- Born: October 11, 1939 (age 86) Philadelphia, Pennsylvania, United States
- Genres: R&B/Soul, Rock/Folk, Pop, Jazz/Jazz-Rock
- Occupations: musician, songwriter, record producer, composer, arranger.
- Instrument: guitar
- Website: gorgoni.net

= Al Gorgoni =

American songwriter

Al Gorgoni (born 1939) is an American guitarist, composer, arranger, and producer, known for his work as a studio musician during the 1960s and 1970s.

==Biography==
Growing up in Philadelphia, his family moved to The Bronx where he took up the guitar at age 14.

His first recording sessions took place in 1959, playing on demo recordings with Brill Building songwriters Barry Mann, Cynthia Weil, Carole King, Gerry Goffin, and Phil Spector. Gorgoni eventually moved into proper sessions, appearing on hit singles such as "The Name Game" by Shirley Ellis, "Sherry," "Walk Like A Man" and "Big Girls Don't Cry" by The Four Seasons, "Leader of the Pack" by The Shangri-Las, and "Chapel of Love" by The Dixie Cups. Other hits featuring Gorgoni's playing are "The Sound of Silence" by Simon & Garfunkel, "Brown Eyed Girl" by Van Morrison, "I'm a Believer" by The Monkees, "At Seventeen" by Janis Ian, "Sugar, Sugar" by The Archies, and "Brand New Key" by Melanie.

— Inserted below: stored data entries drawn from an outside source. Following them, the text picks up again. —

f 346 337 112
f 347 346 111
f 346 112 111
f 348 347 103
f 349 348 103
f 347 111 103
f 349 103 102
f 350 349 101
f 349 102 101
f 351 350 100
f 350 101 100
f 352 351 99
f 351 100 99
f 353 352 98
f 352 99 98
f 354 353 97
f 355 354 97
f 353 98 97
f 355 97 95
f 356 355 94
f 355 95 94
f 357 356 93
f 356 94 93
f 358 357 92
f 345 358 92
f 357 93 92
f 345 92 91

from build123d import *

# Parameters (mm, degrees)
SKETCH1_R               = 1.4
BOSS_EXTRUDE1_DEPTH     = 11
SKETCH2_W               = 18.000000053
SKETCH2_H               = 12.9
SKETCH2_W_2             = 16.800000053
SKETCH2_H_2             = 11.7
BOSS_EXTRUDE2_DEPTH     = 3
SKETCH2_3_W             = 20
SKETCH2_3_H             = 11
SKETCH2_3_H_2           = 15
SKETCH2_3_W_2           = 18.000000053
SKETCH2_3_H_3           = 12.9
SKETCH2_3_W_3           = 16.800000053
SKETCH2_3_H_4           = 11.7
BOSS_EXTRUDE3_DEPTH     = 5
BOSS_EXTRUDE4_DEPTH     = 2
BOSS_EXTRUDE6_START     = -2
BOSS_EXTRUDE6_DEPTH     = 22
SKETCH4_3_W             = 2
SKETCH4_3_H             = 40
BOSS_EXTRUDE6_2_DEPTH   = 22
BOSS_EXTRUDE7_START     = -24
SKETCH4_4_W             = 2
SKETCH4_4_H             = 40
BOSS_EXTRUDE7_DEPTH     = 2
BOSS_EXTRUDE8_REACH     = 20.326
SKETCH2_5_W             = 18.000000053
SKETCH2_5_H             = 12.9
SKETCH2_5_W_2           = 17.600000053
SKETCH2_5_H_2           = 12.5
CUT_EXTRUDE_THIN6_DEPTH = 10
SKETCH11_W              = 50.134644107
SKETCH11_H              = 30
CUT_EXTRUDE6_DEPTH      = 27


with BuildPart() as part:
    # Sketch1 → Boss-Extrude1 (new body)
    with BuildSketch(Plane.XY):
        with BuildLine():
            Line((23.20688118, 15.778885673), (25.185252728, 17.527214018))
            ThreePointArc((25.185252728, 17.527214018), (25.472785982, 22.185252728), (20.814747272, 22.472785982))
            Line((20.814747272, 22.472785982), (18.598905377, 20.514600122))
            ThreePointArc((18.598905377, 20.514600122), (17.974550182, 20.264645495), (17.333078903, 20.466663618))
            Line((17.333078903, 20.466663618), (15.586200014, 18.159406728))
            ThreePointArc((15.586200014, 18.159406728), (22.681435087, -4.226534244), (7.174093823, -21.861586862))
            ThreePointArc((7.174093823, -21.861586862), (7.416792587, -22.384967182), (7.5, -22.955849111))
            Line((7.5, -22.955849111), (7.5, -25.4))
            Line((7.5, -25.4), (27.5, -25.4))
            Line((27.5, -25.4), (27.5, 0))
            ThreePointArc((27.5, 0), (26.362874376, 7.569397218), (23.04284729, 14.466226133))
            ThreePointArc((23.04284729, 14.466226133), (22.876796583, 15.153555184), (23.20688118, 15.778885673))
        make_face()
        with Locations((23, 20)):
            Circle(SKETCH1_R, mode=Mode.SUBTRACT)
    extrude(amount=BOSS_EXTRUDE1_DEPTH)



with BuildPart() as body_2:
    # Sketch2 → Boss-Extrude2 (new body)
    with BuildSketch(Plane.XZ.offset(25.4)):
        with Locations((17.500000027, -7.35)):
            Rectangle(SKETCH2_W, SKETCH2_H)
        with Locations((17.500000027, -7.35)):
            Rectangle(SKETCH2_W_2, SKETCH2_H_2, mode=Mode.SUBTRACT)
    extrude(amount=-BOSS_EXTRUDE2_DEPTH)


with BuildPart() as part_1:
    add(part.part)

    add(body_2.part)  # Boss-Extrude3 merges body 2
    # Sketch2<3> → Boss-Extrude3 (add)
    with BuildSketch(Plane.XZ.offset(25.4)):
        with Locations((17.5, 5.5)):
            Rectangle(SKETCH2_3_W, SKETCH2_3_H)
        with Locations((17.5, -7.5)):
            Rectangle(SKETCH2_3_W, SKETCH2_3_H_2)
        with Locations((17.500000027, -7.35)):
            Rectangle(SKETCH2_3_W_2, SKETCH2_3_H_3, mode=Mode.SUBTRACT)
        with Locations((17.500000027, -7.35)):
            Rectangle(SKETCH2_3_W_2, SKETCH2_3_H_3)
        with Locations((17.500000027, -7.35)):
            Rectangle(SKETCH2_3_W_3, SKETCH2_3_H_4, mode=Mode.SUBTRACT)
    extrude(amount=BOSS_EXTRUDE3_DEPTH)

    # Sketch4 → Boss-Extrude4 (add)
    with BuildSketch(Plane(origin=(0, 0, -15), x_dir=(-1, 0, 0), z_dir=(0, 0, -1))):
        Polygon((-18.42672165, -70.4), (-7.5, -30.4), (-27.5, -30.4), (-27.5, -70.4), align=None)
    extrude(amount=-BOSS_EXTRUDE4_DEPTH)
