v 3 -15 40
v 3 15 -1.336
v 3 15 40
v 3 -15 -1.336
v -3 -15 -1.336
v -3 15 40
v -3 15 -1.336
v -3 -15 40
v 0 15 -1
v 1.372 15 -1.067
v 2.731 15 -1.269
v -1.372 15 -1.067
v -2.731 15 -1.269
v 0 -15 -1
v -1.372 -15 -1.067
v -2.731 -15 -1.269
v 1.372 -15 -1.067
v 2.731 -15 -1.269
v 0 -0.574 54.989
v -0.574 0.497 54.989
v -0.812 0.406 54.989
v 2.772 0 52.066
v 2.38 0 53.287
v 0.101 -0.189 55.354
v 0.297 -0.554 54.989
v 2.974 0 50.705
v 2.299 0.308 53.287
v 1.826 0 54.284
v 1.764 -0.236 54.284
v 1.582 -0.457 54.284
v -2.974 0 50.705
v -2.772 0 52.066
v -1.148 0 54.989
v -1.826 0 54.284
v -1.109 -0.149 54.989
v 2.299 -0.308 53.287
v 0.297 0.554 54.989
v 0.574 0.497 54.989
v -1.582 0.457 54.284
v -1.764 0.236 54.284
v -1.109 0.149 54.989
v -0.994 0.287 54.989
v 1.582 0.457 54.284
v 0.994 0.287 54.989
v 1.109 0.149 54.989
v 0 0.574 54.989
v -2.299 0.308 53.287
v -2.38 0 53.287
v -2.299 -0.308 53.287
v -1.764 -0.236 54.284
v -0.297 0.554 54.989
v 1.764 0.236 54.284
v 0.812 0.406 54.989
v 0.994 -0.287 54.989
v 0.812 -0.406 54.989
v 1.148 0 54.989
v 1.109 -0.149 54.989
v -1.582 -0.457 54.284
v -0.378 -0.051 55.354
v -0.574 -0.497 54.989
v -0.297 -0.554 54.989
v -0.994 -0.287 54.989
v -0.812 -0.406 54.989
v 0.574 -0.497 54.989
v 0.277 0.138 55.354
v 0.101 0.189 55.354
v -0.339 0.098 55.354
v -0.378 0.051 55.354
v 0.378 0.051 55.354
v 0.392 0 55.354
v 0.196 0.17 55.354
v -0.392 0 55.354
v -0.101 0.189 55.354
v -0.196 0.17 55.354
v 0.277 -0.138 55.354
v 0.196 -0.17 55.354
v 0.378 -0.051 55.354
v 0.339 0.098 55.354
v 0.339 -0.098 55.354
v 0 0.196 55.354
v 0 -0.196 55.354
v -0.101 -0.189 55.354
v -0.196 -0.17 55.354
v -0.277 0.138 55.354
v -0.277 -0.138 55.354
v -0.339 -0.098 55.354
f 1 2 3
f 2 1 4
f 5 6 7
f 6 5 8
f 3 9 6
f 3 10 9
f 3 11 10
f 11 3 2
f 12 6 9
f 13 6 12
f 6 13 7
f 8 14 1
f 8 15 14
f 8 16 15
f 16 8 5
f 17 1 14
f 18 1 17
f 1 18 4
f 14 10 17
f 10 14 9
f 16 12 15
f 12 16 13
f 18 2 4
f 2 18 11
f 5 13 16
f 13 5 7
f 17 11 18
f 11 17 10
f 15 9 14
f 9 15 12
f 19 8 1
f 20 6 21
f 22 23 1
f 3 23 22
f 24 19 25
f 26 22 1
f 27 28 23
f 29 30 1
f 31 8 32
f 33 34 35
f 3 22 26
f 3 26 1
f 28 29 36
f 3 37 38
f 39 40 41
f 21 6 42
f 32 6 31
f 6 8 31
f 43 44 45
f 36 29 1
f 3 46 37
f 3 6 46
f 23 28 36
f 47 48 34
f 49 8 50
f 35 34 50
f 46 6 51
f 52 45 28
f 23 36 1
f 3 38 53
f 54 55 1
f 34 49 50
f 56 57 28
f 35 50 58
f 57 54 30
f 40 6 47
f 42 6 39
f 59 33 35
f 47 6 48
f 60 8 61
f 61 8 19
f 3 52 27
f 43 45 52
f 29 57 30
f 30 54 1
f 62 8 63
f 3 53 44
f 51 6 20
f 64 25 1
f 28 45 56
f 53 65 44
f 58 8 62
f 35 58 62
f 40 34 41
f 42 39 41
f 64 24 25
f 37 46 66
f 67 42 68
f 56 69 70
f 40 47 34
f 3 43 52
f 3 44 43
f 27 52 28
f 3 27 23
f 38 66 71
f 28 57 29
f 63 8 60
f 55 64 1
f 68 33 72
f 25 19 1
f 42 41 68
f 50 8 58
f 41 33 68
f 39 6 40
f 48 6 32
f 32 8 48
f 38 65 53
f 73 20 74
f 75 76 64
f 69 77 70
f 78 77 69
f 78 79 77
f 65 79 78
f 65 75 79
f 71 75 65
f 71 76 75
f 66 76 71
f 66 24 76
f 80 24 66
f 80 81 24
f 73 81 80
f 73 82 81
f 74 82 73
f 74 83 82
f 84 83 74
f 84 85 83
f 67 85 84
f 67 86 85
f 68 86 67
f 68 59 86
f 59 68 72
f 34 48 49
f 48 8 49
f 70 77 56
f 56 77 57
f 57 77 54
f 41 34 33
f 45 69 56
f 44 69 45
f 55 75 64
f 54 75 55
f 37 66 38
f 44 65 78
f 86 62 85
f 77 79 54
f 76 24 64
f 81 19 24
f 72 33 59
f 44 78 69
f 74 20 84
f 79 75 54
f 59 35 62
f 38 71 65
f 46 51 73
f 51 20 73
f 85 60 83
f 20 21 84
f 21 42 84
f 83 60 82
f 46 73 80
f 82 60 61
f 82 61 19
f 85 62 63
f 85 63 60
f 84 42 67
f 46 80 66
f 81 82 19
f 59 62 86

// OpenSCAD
// file: ../common.scad
/*
 * WAVE OCEAN V10 - TWISTED CAM SYSTEM
 * COMMON PARAMETERS
 *
 * Simplified mechanism: slats rest on cam surface, no follower arms
 * Single helical ridge creates traveling wave as cam rotates
 *
 * All dimensions in mm
 */

// ============================================
// PRINT TOLERANCES (tune for your printer)
// ============================================

TOL_CLEARANCE = 0.2;         // Shaft in hole clearance
TOL_PRESS_FIT = -0.15;       // Bearing press-fit interference
TOL_SLIDING = 0.3;           // Sliding fit (slats in guides)

// ============================================
// HARDWARE - BEARINGS
// ============================================

// 608 bearing (main shaft) - common, cheap
BEARING_608_ID = 8;
BEARING_608_OD = 22;
BEARING_608_H = 7;

// ============================================
// HARDWARE - FASTENERS
// ============================================

M3_HOLE = 3.2;
M3_HEAD_DIA = 5.5;
M3_HEAD_H = 3;
M4_HOLE = 4.2;

// ============================================
// MAIN SHAFT
// ============================================

SHAFT_DIA = 8;                   // 8mm steel rod
SHAFT_LENGTH = 260;              // Total shaft length
SHAFT_HOLE = SHAFT_DIA + TOL_CLEARANCE;  // 8.2mm

// ============================================
// TWISTED CAM DIMENSIONS
// ============================================

CAM_LENGTH = 200;                // Active wave zone
CAM_CORE_RADIUS = 12;            // Base cylinder radius
CAM_RIDGE_HEIGHT = 10;           // How much ridge sticks out
CAM_RIDGE_WIDTH = 8;             // Width of ridge (smoothness)
CAM_MAX_RADIUS = CAM_CORE_RADIUS + CAM_RIDGE_HEIGHT;  // 22mm

// Helix parameters
HELIX_TURNS = 2;                 // Number of complete spirals
HELIX_PITCH = CAM_LENGTH / HELIX_TURNS;  // 100mm per turn

// ============================================
// SLAT DIMENSIONS
// ============================================

NUM_SLATS = 24;
SLAT_SPACING = CAM_LENGTH / NUM_SLATS;  // 8.33mm

SLAT_WIDTH = 6;                  // X dimension (along cam axis)
SLAT_DEPTH = 30;                 // Y dimension (front to back)
SLAT_HEIGHT = 50;                // Z dimension (wave visual height)

// Slat bottom - curved to nest on cam surface
SLAT_CURVE_RADIUS = CAM_CORE_RADIUS + 2;  // Slightly larger than core

// Wave motion
WAVE_AMPLITUDE = CAM_RIDGE_HEIGHT;  // Total Z travel = ridge height

// ============================================
// GUIDE RAIL DIMENSIONS
// ============================================

// Minimal guides - thin vertical slots, barely visible
GUIDE_LENGTH = CAM_LENGTH + 20;  // 220mm
GUIDE_HEIGHT = WAVE_AMPLITUDE + SLAT_HEIGHT + 10;  // 70mm
GUIDE_THICKNESS = 3;             // Very thin - minimal visual impact
GUIDE_WALL = 2;

SLOT_WIDTH = SLAT_WIDTH + TOL_SLIDING;  // 6.3mm
SLOT_HEIGHT = WAVE_AMPLITUDE + 15;       // 25mm vertical travel

// ============================================
// BEARING BLOCK DIMENSIONS
// ============================================

BB_WIDTH = 30;
BB_DEPTH = 30;
BB_HEIGHT = CAM_MAX_RADIUS + 8;  // 30mm - cam clears base

BEARING_POCKET_DIA = BEARING_608_OD - TOL_PRESS_FIT;  // 22.15mm press fit
BEARING_POCKET_DEPTH = BEARING_608_H + 0.5;           // 7.5mm

// ============================================
// BASE PLATE DIMENSIONS
// ============================================

BASE_LENGTH = CAM_LENGTH + 60;   // 260mm
BASE_WIDTH = SLAT_DEPTH + 40;    // 70mm
BASE_THICKNESS = 5;

// ============================================
// ASSEMBLY POSITIONS
// ============================================

// Cam center Z (shaft axis height above base)
CAM_CENTER_Z = BASE_THICKNESS + BB_HEIGHT;  // 35mm

// Bearing blocks X positions
BB_LEFT_X = -CAM_LENGTH/2 - BB_WIDTH/2 - 5;   // -120mm
BB_RIGHT_X = CAM_LENGTH/2 + BB_WIDTH/2 + 5;   // +120mm

// Guide rails Y positions (front and back of slats)
GUIDE_FRONT_Y = -SLAT_DEPTH/2 - GUIDE_THICKNESS - 1;  // -17mm
GUIDE_BACK_Y = SLAT_DEPTH/2 + 1;                       // +16mm

// Guide rails Z position (bottom of guide)
GUIDE_Z = CAM_CENTER_Z + CAM_MAX_RADIUS - 5;  // 52mm

// ============================================
// COLORS
// ============================================

C_CAM = [0.7, 0.5, 0.25];        // Wood brown
C_SLAT = [0.15, 0.35, 0.6];      // Ocean blue
C_GUIDE = [0.3, 0.3, 0.35, 0.5]; // Dark gray, semi-transparent
C_BB = [0.35, 0.35, 0.4];        // Bearing block gray
C_BASE = [0.25, 0.25, 0.3];      // Dark base
C_SHAFT = [0.6, 0.6, 0.65];      // Steel

// ============================================
// HELPER FUNCTIONS
// ============================================

// Helix phase at position X along cam (0-360 per turn)
function helix_phase(x) = ((x + CAM_LENGTH/2) / CAM_LENGTH) * 360 * HELIX_TURNS;

// Cam surface height at position X, given cam rotation angle theta
// Returns how far the ridge sticks up at that X position
function ridge_height(x, theta) =
    let(phase = helix_phase(x) + theta)
    let(ridge = CAM_RIDGE_HEIGHT * max(0, cos(phase - 90)))
    ridge;

// Total cam radius at position X, angle theta
function cam_radius(x, theta) = CAM_CORE_RADIUS + ridge_height(x, theta);

// Slat X position (evenly spaced)
function slat_x(i) = i * SLAT_SPACING - CAM_LENGTH/2 + SLAT_SPACING/2;

// Slat Z position (bottom of slat rests on cam surface)
function slat_z(i, theta) =
    let(x = slat_x(i))
    CAM_CENTER_Z + cam_radius(x, theta);

// ============================================
// QUALITY
// ============================================

$fn = 48;

// ============================================
// VERIFICATION
// ============================================

echo("=== TWISTED CAM SYSTEM ===");
echo(str("Cam length: ", CAM_LENGTH, "mm"));
echo(str("Cam radius: ", CAM_CORE_RADIUS, "-", CAM_MAX_RADIUS, "mm"));
echo(str("Ridge height (wave amplitude): ", CAM_RIDGE_HEIGHT, "mm"));
echo(str("Helix turns: ", HELIX_TURNS));
echo(str("Slats: ", NUM_SLATS, " @ ", SLAT_SPACING, "mm spacing"));
echo(str("Slat gap: ", SLAT_SPACING - SLAT_WIDTH, "mm"));
// main file
/*
 * SLAT - Wave Piece with Cam Follower Bottom
 *
 * Printable part: 24x
 * Print orientation: Upright (Z up)
 *
 * Features:
 * - Wave crest profile at top (decorative)
 * - Curved bottom to ride on cam surface
 * - Smooth surface for quiet cam contact
 * - Rectangular body slides in guide slots
 */

include <../common.scad>

$fn = 48;

// ============================================
// MAIN SLAT MODULE
// ============================================

module slat() {
    union() {
        // Main body
        slat_body();

        // Wave crest top
        wave_crest();

        // Cam follower bottom
        cam_follower();
    }
}

// ============================================
// SLAT BODY
// ============================================

module slat_body() {
    // Rectangular body that slides in guide rail slots
    translate([-SLAT_WIDTH/2, -SLAT_DEPTH/2, 0])
        cube([SLAT_WIDTH, SLAT_DEPTH, SLAT_HEIGHT - 10]);
}

// ============================================
// WAVE CREST TOP
// ============================================

module wave_crest() {
    // Tapered, rounded top for wave visual
    hull() {
        // Top of main body
        translate([-SLAT_WIDTH/2, -SLAT_DEPTH/2, SLAT_HEIGHT - 12])
            cube([SLAT_WIDTH, SLAT_DEPTH, 2]);

        // Crest peak - rounded ellipse
        translate([0, 0, SLAT_HEIGHT])
        scale([1, 0.5, 1.8])
            sphere(d = SLAT_WIDTH, $fn = 24);
    }
}

// ============================================
// CAM FOLLOWER BOTTOM
// ============================================

module cam_follower() {
    // Curved bottom that rides on cam surface
    // Concave curve matches cam core radius + clearance

    follower_height = 8;
    curve_radius = SLAT_CURVE_RADIUS;

    translate([0, 0, -follower_height])
    difference() {
        // Solid base block
        translate([-SLAT_WIDTH/2, -SLAT_DEPTH/2, 0])
            cube([SLAT_WIDTH, SLAT_DEPTH, follower_height + 1]);

        // Concave curve (cut out)
        translate([0, 0, -curve_radius + follower_height - 1])
        rotate([90, 0, 0])
            cylinder(r = curve_radius, h = SLAT_DEPTH + 2, center = true, $fn = 64);
    }
}

// ============================================
// SLAT WITH WEAR PAD (Optional upgrade)
// ============================================

module slat_with_pad() {
    // Version with replaceable wear pad at bottom
    // For quieter operation or if using harder cam material

    difference() {
        slat();

        // Pocket for wear pad (felt or PTFE)
        translate([0, 0, -6])
        translate([-SLAT_WIDTH/2 + 1, -SLAT_DEPTH/2 + 2, 0])
            cube([SLAT_WIDTH - 2, SLAT_DEPTH - 4, 3]);
    }
}

// ============================================
// RENDER
// ============================================

color(C_SLAT)
slat();

// Show cam surface for reference
%translate([0, 0, -SLAT_CURVE_RADIUS - 5])
rotate([90, 0, 0])
    cylinder(r = CAM_CORE_RADIUS, h = SLAT_DEPTH + 10, center = true);

// ============================================
// INFO
// ============================================

echo("=== SLAT ===");
echo(str("Width: ", SLAT_WIDTH, "mm"));
echo(str("Depth: ", SLAT_DEPTH, "mm"));
echo(str("Height: ", SLAT_HEIGHT, "mm"));
echo(str("Follower curve radius: ", SLAT_CURVE_RADIUS, "mm"));
echo("");
echo("Print: 24x");
echo("Orientation: Upright (Z up)");
echo("Material: PLA (or PETG for durability)");
echo("Tip: Sand bottom curve smooth for quiet operation");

Gorgoni worked with many other artists including Joan Baez, Blood Sweat & Tears, Bobby Darin, Neil Diamond, Bob Dylan, Richard and Mimi Fariña, Aretha Franklin, Marvin Gaye and Tammi Terrell, Astrud Gilberto, Herbie Mann, Laura Nyro, James Taylor, and B.J. Thomas. This article contains only a partial list of credits.

==Discography==

With Herbie Mann
- Our Mann Flute (Atlantic, 1966)
With Barry Mann
- Lay It All Out (CBS Records, 1971)
- Barry Mann (Casablanca Records, 1980)
With Al Kooper
- White Chocolate (Sony, 2008)
With Kai Winding
- The In Instrumentals (Verve, 1965)
With Simon & Garfunkel
- Sounds of Silence (Columbia Records, 1966)
With Carole Bayer Sager
- Carole Bayer Sager (Elektra Records, 1977)
With Janis Ian
- Janis Ian (Verve, 1967)
- Stars (Columbia Records, 1974)
- Aftertones (Columbia Records, 1975)
- Janis Ian (Columbia Records, 1978)
With B.J Thomas

- Billy Joe Thomas (1972)
- Rock'n'Roll Lullaby (1972)
- Songs (1973)
- Longhorn & London Bridges (1974)

Gorgoni, Martin and Taylor ( Buddah /Legacy, 1972)

== Personal life ==
Gorgoni is married, and they have two sons, Adam and Julian. Adam Gorgoni is a film composer.